Final Report Summary - DENDROWORLD (Mucosal dendritic cells in intestinal homeostasis and bacteria-related diseases.)
The gut is inhabited by trillions of microorganisms (recently called the microbiota) that are required for the correct functionality of the gut, including the digestive function and the development of immunity to pathogens accidentally ingested with the diet. Hence the microbiota has to be tolerated in the gut so to avoid unwanted immune inflammatory reactions, and to preserve intestinal homeostasis.
In this project we found that intestinal homeostasis is a very complex event comprising several cell-to-cell interactions including immune and non-immune cells. We found that murine dendritic cells that are pivotal in the induction of immunity and tolerance, release a cytokine called TSLP that is important to control the development of T regulatory (Treg) cells and T helper (Th)17 cells. Treg cells are involved in inhibiting the development of inflammation, while Th17 seems to be required for the initial phases of inflammatory bowel disease. The finding that TSLP released by dendritic cells can drive Tregs and limit Th17 development indicates an important role of this protein in the control of intestinal homeostasis. Indeed, in two mouse models of experimental colitis we demonstrate a function of this protein in protecting mice against colitis. We already demonstrated a function of TSLP released by epithelial cells in intestinal homeostasis in the human system but are further analyzing the role of TSLP produced by dendritic cells. We have analyzed the role of different subsets of dendritic cells in the induction of a mucosal antibody response to pathogens and to the microbiota. Indeed, bacteria induce in the gut the production of immunoglobulins of the IgA type. These antibodies are released in the intestinal lumen and are important for excluding bacteria from entering across the intestinal epithelium. IgA can also serve as an anchor for the microbiota to attach to the mucus and avoid to be washed out by the fecal stream. We have characterized a population of dendritic cells that is responsible for inducing a mucosal IgA response but we also observed that the way of induction of IgA responses to pathogenic versus non-pathogenic bacteria differs and is responsible most likely to control the type of microbiota of one individual over time. We also studied the role of bacteria in intestinal tumor development and have identified a signature of tumor-associated microbiota. We found that even before tumors are established there is a shift in microbiota composition. This may be relevant for diagnostic purposes.

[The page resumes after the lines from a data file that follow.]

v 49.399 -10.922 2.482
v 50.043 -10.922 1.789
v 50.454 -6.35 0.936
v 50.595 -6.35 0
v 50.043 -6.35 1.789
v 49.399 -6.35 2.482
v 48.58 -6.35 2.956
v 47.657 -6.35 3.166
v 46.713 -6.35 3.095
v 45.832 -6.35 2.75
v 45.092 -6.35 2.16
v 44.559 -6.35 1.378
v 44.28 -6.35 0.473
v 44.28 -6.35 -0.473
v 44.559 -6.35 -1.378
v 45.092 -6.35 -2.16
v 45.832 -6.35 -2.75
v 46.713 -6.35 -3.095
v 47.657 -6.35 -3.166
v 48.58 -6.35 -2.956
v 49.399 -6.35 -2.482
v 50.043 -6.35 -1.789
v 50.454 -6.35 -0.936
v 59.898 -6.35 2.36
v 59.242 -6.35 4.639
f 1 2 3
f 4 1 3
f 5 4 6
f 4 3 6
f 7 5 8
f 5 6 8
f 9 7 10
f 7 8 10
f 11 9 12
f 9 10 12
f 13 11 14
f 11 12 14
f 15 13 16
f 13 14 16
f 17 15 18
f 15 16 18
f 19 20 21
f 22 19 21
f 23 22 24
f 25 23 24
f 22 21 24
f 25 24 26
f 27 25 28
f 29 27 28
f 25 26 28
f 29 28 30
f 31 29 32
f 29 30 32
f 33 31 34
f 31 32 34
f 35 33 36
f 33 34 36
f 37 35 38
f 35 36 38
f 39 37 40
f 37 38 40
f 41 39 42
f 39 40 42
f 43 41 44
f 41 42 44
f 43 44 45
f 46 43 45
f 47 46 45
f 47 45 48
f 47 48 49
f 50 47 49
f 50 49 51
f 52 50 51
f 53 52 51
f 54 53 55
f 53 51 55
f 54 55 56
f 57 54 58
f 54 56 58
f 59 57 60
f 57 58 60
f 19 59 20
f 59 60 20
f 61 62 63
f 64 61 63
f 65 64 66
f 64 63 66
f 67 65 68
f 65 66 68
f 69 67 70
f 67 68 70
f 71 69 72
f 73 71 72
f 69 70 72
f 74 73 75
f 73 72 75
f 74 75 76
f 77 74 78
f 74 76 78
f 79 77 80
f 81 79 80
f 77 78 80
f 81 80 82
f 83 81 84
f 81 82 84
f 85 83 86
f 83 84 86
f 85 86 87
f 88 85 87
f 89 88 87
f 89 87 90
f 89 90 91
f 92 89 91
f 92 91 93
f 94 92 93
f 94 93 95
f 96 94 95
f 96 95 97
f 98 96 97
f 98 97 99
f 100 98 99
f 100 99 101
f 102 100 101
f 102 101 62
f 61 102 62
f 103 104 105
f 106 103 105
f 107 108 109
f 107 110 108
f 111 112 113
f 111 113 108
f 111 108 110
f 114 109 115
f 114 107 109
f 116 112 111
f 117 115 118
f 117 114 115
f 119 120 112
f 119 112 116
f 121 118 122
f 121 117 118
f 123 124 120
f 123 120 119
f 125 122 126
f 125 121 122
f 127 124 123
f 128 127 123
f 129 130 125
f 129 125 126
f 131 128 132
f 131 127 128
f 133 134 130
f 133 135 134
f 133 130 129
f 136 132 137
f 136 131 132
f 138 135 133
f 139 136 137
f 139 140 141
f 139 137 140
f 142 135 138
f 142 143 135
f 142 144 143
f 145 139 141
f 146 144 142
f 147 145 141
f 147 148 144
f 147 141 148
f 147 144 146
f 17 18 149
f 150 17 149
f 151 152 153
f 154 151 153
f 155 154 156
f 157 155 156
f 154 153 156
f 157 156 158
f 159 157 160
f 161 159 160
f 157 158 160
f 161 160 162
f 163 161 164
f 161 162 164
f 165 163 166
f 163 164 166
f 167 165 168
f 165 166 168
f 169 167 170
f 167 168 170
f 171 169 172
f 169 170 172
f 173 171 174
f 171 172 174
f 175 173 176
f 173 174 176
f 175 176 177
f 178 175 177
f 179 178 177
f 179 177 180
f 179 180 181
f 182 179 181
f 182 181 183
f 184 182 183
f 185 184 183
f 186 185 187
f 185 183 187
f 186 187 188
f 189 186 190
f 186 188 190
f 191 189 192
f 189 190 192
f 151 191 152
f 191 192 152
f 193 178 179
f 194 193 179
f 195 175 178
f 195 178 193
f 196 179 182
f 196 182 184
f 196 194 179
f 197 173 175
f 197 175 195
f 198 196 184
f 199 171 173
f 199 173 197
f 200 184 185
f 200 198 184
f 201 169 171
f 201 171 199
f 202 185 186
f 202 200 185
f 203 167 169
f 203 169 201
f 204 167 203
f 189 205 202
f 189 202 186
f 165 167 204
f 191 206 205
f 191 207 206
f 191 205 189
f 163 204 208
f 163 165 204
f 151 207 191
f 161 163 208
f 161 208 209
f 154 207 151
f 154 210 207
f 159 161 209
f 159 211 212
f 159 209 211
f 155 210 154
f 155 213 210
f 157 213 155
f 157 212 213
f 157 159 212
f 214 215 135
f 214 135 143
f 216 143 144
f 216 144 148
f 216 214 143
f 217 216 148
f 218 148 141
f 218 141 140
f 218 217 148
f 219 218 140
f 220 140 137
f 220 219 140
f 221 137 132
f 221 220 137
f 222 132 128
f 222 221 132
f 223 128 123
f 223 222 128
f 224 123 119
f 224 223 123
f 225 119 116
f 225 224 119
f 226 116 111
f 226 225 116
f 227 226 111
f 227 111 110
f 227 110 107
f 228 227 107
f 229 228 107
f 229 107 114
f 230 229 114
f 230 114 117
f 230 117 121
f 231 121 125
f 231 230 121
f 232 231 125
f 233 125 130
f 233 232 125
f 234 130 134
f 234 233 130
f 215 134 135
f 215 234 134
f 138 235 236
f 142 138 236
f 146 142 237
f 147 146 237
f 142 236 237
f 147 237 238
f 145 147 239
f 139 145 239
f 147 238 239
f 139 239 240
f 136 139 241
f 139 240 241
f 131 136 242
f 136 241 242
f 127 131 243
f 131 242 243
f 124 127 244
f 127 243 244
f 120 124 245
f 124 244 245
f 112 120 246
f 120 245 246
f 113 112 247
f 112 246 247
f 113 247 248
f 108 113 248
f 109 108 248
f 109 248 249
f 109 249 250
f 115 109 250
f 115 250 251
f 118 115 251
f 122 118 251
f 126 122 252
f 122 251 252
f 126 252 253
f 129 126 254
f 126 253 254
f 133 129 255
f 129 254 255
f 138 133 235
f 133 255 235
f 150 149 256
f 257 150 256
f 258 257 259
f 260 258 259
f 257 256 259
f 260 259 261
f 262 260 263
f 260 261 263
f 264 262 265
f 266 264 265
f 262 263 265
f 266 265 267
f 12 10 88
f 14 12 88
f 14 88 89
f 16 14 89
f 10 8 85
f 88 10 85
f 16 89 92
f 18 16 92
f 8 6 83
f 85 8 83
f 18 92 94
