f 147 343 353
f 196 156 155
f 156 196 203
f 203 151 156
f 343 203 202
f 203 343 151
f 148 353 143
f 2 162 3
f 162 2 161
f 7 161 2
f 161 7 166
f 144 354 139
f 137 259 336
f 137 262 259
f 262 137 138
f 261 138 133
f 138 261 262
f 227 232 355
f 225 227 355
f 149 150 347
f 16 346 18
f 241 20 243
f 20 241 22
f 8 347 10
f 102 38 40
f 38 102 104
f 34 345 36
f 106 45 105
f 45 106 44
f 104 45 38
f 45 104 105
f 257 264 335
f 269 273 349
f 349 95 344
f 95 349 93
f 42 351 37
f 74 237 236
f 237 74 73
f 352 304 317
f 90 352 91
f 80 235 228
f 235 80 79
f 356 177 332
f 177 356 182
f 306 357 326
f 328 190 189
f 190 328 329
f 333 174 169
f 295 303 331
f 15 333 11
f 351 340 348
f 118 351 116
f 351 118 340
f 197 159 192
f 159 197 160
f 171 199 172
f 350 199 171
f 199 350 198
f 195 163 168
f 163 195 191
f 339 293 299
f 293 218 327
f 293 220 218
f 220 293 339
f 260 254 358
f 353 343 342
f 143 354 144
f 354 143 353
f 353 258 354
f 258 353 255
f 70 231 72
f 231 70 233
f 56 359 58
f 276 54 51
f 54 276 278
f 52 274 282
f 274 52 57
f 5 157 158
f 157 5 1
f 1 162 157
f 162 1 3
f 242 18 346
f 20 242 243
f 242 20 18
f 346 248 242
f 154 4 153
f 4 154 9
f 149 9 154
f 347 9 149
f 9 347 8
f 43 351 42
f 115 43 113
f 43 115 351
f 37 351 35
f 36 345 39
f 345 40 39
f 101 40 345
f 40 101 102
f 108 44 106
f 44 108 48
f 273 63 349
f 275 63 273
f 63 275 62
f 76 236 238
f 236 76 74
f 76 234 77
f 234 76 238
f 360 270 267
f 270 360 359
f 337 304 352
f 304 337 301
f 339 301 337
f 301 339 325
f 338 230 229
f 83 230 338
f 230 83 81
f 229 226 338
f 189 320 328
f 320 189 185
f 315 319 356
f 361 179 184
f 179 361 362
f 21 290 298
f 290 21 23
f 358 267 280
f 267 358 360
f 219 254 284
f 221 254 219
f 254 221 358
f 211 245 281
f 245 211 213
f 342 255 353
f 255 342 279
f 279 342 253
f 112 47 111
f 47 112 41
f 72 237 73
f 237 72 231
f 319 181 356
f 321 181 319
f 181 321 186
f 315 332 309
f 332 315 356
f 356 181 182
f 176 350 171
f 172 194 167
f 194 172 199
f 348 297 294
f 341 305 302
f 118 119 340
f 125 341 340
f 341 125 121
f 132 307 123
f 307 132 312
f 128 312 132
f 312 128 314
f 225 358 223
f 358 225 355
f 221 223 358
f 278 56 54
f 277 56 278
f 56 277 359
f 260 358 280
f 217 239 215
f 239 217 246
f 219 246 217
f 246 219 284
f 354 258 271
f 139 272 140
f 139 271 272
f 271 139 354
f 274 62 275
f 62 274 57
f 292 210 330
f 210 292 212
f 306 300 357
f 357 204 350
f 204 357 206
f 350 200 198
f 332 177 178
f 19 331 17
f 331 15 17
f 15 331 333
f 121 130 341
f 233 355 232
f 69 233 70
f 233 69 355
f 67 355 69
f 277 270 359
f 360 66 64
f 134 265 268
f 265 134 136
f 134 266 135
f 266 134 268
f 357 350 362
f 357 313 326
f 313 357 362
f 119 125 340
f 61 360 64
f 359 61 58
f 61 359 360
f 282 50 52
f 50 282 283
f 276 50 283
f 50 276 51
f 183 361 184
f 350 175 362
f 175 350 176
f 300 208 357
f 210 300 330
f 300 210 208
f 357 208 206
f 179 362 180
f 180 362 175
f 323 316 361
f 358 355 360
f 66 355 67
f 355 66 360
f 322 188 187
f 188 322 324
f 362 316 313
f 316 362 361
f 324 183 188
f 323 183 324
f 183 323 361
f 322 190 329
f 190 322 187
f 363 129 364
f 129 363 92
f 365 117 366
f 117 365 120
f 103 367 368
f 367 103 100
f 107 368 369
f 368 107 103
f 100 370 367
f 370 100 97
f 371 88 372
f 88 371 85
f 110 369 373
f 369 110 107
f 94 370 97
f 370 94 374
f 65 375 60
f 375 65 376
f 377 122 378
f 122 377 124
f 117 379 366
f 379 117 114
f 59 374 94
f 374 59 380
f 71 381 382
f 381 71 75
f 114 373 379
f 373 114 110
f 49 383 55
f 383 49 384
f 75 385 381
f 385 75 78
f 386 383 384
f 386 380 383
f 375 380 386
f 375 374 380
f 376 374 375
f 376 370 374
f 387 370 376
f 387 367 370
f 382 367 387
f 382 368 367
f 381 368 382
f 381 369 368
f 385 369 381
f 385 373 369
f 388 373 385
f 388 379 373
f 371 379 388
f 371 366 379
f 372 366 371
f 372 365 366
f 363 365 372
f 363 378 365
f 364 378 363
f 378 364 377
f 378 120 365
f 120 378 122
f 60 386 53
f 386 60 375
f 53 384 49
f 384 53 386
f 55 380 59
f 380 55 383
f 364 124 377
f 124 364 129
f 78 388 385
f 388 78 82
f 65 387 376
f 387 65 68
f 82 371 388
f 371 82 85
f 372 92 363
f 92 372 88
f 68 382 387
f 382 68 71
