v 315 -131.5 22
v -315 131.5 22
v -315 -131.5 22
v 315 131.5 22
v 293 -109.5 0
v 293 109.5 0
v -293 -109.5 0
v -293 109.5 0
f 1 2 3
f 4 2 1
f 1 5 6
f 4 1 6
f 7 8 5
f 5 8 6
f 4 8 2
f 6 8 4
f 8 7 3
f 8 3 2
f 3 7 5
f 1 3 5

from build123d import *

# Parameters (mm, degrees)
F0_W     = 630
F0_H     = 263
F1_DEPTH = 22
F2_SIZE  = 21.99999


# Not quite as in the source:
# - a fillet or chamfer is up to 0.001 mm smaller than in the source, because OpenCascade refuses the exact size


with BuildPart() as f1:
    # F0 (on Top) → F1 (new body)
    with BuildSketch(Plane.XY):
        Rectangle(F0_W, F0_H)
    extrude(amount=F1_DEPTH)

    # F2 (size 22 in the source; OpenCascade refuses exactly that, so slightly less here)
    f2_edges = [f1.edges().sort_by_distance(p)[0] for p in [
        (0, 131.5, 0),
        (315, 0, 0),
        (0, -131.5, 0),
        (-315, 0, 0),
    ]]
    chamfer(f2_edges, length=F2_SIZE)


solid = f1.part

In conclusions, in this project we have analyzed how the gut even if continuously exposed to external challenges preserves its integrity and is capable to quickly respond to changes. We found that the control of the well being of the gut derives from complex interactions between immune and non immune cells. We have identified some of the molecular players involved and that may be the target of future intervention in inflammatory bowel diseases. We also found that while the intestinal flora is in general beneficial to the host under certain circumstances it can contribute to promote disease like in intestinal cancers. Together, these finding open new avenues of intervention and prevention.

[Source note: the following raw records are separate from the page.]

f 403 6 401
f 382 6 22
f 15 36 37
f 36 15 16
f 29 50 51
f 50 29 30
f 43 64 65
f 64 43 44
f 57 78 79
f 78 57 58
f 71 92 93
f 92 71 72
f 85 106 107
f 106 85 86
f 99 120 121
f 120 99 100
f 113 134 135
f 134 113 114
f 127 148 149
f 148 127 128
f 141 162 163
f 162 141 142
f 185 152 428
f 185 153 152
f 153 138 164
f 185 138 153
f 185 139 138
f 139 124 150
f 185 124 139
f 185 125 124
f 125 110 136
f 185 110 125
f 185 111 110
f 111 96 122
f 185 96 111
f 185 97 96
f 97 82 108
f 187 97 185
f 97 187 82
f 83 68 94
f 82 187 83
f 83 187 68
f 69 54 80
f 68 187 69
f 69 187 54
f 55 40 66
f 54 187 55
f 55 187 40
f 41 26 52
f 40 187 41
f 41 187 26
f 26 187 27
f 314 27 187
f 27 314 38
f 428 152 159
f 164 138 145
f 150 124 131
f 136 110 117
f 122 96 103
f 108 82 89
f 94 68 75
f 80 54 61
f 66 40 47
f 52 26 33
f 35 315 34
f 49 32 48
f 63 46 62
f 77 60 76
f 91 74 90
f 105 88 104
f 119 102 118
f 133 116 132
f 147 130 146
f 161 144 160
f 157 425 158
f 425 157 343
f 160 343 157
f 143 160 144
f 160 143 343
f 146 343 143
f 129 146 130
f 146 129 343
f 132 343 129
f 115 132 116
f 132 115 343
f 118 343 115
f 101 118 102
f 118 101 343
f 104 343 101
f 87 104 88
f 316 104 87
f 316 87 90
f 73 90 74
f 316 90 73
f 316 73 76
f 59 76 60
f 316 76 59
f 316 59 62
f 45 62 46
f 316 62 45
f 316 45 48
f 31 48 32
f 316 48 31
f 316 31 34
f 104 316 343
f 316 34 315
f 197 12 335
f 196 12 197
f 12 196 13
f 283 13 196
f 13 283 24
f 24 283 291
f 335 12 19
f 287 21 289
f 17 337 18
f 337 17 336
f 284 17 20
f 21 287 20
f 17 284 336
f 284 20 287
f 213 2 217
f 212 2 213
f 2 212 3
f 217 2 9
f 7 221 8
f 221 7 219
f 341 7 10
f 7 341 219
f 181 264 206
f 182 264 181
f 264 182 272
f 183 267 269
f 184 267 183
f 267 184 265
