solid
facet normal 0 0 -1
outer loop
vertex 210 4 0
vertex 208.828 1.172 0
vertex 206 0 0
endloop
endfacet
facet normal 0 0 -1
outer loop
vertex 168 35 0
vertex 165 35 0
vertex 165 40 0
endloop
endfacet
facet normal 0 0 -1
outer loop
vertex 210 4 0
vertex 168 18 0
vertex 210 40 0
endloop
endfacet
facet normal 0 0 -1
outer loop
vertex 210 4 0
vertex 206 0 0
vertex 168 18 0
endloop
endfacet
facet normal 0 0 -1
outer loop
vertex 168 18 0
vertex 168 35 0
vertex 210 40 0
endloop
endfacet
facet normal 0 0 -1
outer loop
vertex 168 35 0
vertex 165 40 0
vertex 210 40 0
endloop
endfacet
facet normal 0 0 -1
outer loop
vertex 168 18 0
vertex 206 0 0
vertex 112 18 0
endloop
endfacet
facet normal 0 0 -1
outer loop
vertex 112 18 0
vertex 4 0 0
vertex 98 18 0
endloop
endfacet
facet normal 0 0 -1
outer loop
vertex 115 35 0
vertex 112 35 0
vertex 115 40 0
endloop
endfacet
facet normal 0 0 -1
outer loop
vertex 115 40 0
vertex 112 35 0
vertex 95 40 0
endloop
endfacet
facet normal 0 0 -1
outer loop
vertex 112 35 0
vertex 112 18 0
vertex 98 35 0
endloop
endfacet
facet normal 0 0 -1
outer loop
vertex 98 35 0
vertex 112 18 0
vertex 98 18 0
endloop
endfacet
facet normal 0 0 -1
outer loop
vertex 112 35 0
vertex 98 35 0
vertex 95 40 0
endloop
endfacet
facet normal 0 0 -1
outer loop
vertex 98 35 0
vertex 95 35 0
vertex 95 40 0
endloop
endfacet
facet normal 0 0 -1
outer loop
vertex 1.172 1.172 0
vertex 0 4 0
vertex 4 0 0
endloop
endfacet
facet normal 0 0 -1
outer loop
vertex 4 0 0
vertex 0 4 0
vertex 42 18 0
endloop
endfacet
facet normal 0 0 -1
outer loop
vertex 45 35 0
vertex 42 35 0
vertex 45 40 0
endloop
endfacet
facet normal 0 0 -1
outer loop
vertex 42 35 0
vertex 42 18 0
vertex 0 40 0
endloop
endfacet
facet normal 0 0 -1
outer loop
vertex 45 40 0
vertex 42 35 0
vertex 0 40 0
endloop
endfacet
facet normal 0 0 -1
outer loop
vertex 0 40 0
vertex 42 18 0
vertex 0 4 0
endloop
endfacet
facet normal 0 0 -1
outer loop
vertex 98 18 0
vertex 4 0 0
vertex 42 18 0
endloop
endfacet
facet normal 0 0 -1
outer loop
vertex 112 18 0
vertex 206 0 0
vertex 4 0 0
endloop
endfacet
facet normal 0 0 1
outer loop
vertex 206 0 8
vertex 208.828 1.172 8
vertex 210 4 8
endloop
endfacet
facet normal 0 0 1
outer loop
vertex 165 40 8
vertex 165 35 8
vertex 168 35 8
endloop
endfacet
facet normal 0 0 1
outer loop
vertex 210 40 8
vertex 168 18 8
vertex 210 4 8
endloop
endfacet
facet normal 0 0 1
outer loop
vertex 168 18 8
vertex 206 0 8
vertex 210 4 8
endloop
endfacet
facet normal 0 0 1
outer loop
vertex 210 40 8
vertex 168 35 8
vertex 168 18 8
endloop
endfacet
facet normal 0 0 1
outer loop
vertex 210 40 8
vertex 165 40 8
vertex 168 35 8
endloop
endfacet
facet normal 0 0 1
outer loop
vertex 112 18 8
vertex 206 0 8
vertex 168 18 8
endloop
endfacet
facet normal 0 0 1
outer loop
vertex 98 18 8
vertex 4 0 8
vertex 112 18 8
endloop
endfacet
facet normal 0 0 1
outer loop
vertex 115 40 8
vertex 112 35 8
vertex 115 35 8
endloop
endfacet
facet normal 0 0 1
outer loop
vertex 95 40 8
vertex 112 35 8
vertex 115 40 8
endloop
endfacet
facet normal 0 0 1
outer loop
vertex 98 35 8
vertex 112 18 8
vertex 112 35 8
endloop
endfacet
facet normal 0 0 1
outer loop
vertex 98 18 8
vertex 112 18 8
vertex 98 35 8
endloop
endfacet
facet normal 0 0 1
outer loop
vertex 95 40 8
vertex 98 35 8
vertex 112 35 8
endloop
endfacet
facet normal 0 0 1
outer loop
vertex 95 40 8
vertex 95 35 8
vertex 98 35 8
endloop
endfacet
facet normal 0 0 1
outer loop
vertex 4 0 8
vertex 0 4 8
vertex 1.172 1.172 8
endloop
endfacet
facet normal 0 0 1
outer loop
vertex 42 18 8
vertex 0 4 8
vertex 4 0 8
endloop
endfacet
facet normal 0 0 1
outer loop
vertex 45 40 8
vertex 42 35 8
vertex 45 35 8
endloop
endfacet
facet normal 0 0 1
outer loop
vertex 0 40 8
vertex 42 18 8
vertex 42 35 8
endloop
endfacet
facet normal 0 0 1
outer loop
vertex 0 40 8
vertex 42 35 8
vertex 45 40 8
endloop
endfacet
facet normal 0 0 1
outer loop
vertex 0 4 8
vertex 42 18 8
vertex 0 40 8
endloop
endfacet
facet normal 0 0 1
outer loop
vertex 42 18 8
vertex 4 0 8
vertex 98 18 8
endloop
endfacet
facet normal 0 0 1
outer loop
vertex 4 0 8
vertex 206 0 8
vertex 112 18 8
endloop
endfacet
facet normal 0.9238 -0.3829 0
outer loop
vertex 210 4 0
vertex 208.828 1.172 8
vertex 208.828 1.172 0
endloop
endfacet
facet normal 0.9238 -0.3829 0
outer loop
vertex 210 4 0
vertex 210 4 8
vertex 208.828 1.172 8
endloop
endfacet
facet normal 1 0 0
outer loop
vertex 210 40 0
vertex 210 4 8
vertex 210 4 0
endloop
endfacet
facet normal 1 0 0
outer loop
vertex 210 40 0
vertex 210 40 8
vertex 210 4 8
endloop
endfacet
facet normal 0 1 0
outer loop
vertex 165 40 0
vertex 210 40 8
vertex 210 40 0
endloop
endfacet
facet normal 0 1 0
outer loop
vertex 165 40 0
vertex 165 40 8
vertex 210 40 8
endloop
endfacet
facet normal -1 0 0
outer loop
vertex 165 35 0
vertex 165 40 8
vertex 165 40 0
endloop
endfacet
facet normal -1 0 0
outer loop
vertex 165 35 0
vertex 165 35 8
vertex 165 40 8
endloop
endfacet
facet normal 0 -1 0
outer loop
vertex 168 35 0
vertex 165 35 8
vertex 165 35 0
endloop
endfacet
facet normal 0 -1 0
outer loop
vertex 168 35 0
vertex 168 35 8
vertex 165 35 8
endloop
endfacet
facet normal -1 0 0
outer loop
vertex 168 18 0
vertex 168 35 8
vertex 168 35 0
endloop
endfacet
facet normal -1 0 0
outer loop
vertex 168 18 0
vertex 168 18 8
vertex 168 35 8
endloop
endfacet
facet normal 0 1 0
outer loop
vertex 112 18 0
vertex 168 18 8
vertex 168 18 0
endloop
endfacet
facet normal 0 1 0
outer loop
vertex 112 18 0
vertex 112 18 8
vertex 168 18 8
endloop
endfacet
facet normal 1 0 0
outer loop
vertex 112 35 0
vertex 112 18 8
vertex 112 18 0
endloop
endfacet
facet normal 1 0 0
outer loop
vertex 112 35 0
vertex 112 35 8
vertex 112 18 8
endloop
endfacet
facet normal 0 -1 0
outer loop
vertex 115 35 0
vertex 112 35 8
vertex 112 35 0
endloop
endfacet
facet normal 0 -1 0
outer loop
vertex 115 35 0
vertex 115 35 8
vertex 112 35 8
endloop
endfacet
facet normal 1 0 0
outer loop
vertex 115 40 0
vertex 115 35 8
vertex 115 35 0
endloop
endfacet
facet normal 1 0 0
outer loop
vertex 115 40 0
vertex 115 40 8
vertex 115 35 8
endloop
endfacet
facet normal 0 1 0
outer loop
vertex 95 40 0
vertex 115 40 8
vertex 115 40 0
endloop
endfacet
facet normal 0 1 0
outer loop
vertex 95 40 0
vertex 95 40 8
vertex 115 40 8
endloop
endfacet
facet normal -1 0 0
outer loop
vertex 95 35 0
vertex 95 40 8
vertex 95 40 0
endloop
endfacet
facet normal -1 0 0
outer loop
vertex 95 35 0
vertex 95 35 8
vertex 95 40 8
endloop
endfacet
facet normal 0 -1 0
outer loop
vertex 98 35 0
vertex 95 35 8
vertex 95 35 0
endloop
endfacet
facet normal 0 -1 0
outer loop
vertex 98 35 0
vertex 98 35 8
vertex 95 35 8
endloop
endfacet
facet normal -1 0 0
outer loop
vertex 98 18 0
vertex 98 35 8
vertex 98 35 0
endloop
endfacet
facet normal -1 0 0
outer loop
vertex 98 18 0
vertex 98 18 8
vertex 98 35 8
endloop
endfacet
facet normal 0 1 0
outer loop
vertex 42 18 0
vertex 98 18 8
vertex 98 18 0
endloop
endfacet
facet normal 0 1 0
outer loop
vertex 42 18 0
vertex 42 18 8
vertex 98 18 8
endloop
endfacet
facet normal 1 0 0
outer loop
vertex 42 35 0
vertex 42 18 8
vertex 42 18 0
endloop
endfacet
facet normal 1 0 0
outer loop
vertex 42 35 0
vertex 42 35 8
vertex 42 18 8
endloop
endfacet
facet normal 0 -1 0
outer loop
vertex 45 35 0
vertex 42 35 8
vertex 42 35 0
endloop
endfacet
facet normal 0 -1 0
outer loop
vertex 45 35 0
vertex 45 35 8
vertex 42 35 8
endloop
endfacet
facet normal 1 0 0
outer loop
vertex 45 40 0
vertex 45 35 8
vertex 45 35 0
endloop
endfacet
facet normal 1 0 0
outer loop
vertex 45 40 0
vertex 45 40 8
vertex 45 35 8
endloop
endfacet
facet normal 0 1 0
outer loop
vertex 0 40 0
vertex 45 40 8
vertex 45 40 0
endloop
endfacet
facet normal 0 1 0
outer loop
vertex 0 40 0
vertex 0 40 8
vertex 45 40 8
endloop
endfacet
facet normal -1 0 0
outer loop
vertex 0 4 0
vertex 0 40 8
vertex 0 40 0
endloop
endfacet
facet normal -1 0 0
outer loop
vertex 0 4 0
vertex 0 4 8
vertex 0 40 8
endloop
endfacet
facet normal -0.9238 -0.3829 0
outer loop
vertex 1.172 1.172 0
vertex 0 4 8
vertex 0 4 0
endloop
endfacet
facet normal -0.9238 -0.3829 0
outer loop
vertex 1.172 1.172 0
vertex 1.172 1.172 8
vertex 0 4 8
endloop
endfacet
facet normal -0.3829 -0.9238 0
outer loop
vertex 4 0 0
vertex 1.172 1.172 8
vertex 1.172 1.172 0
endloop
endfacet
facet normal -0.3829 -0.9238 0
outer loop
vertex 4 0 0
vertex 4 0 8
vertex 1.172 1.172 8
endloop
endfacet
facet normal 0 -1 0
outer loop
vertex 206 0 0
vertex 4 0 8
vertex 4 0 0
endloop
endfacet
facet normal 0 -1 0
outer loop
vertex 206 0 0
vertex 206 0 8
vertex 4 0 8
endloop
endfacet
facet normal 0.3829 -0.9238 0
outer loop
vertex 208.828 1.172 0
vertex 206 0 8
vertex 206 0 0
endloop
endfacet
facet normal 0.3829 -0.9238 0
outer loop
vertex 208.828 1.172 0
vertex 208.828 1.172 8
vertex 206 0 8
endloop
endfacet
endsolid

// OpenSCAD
$fn = 32;

// ----------------------------------------------------------------------
// Oversize slot bar: 210 mm bar with 2 oversize windows
// ----------------------------------------------------------------------

// --- parameters (mm) ---
profile_height = 8;       // extrusion height
profile_points = 24;      // points of the closed outline

profile = [[0, 4], [1.172, 1.172], [4, 0], [206, 0], [208.828, 1.172], [210, 4], [210, 40], [165, 40], [165, 35], [168, 35], [168, 18], [112, 18], [112, 35], [115, 35], [115, 40], [95, 40], [95, 35], [98, 35], [98, 18], [42, 18], [42, 35], [45, 35], [45, 40], [0, 40]];  // single closed polygon, 24 points, counter clockwise

// --- the one profile operation ---
linear_extrude(height = profile_height) polygon(points = profile);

In this project we found that intestinal homeostasis is a very complex event comprising several cell-to-cell interactions including immune and non-immune cells. We found that murine dendritic cells that are pivotal in the induction of immunity and tolerance, release a cytokine called TSLP that is important to control the development of T regulatory (Treg) cells and T helper (Th)17 cells. Treg cells are involved in inhibiting the development of inflammation, while Th17 seems to be required for the initial phases of inflammatory bowel disease. The finding that TSLP released by dendritic cells can drive Tregs and limit Th17 development indicates an important role of this protein in the control of intestinal homeostasis. Indeed, in two mouse models of experimental colitis we demonstrate a function of this protein in protecting mice against colitis. We already demonstrated a function of TSLP released by epithelial cells in intestinal homeostasis in the human system but are further analyzing the role of TSLP produced by dendritic cells. We have analyzed the role of different subsets of dendritic cells in the induction of a mucosal antibody response to pathogens and to the microbiota. Indeed, bacteria induce in the gut the production of immunoglobulins of the IgA type. These antibodies are released in the intestinal lumen and are important for excluding bacteria from entering across the intestinal epithelium. IgA can also serve as an anchor for the microbiota to attach to the mucus and avoid to be washed out by the fecal stream. We have characterized a population of dendritic cells that is responsible for inducing a mucosal IgA response but we also observed that the way of induction of IgA responses to pathogenic versus non-pathogenic bacteria differs and is responsible most likely to control the type of microbiota of one individual over time. We also studied the role of bacteria in intestinal tumor development and have identified a signature of tumor-associated microbiota. We found that even before tumors are established there is a shift in microbiota composition. This may be relevant for diagnostic purposes.
In conclusions, in this project we have analyzed how the gut even if continuously exposed to external challenges preserves its integrity and is capable to quickly respond to changes. We found that the control of the well being of the gut derives from complex interactions between immune and non immune cells. We have identified some of the molecular players involved and that may be the target of future intervention in inflammatory bowel diseases. We also found that while the intestinal flora is in general beneficial to the host under certain circumstances it can contribute to promote disease like in intestinal cancers. Together, these finding open new avenues of intervention and prevention.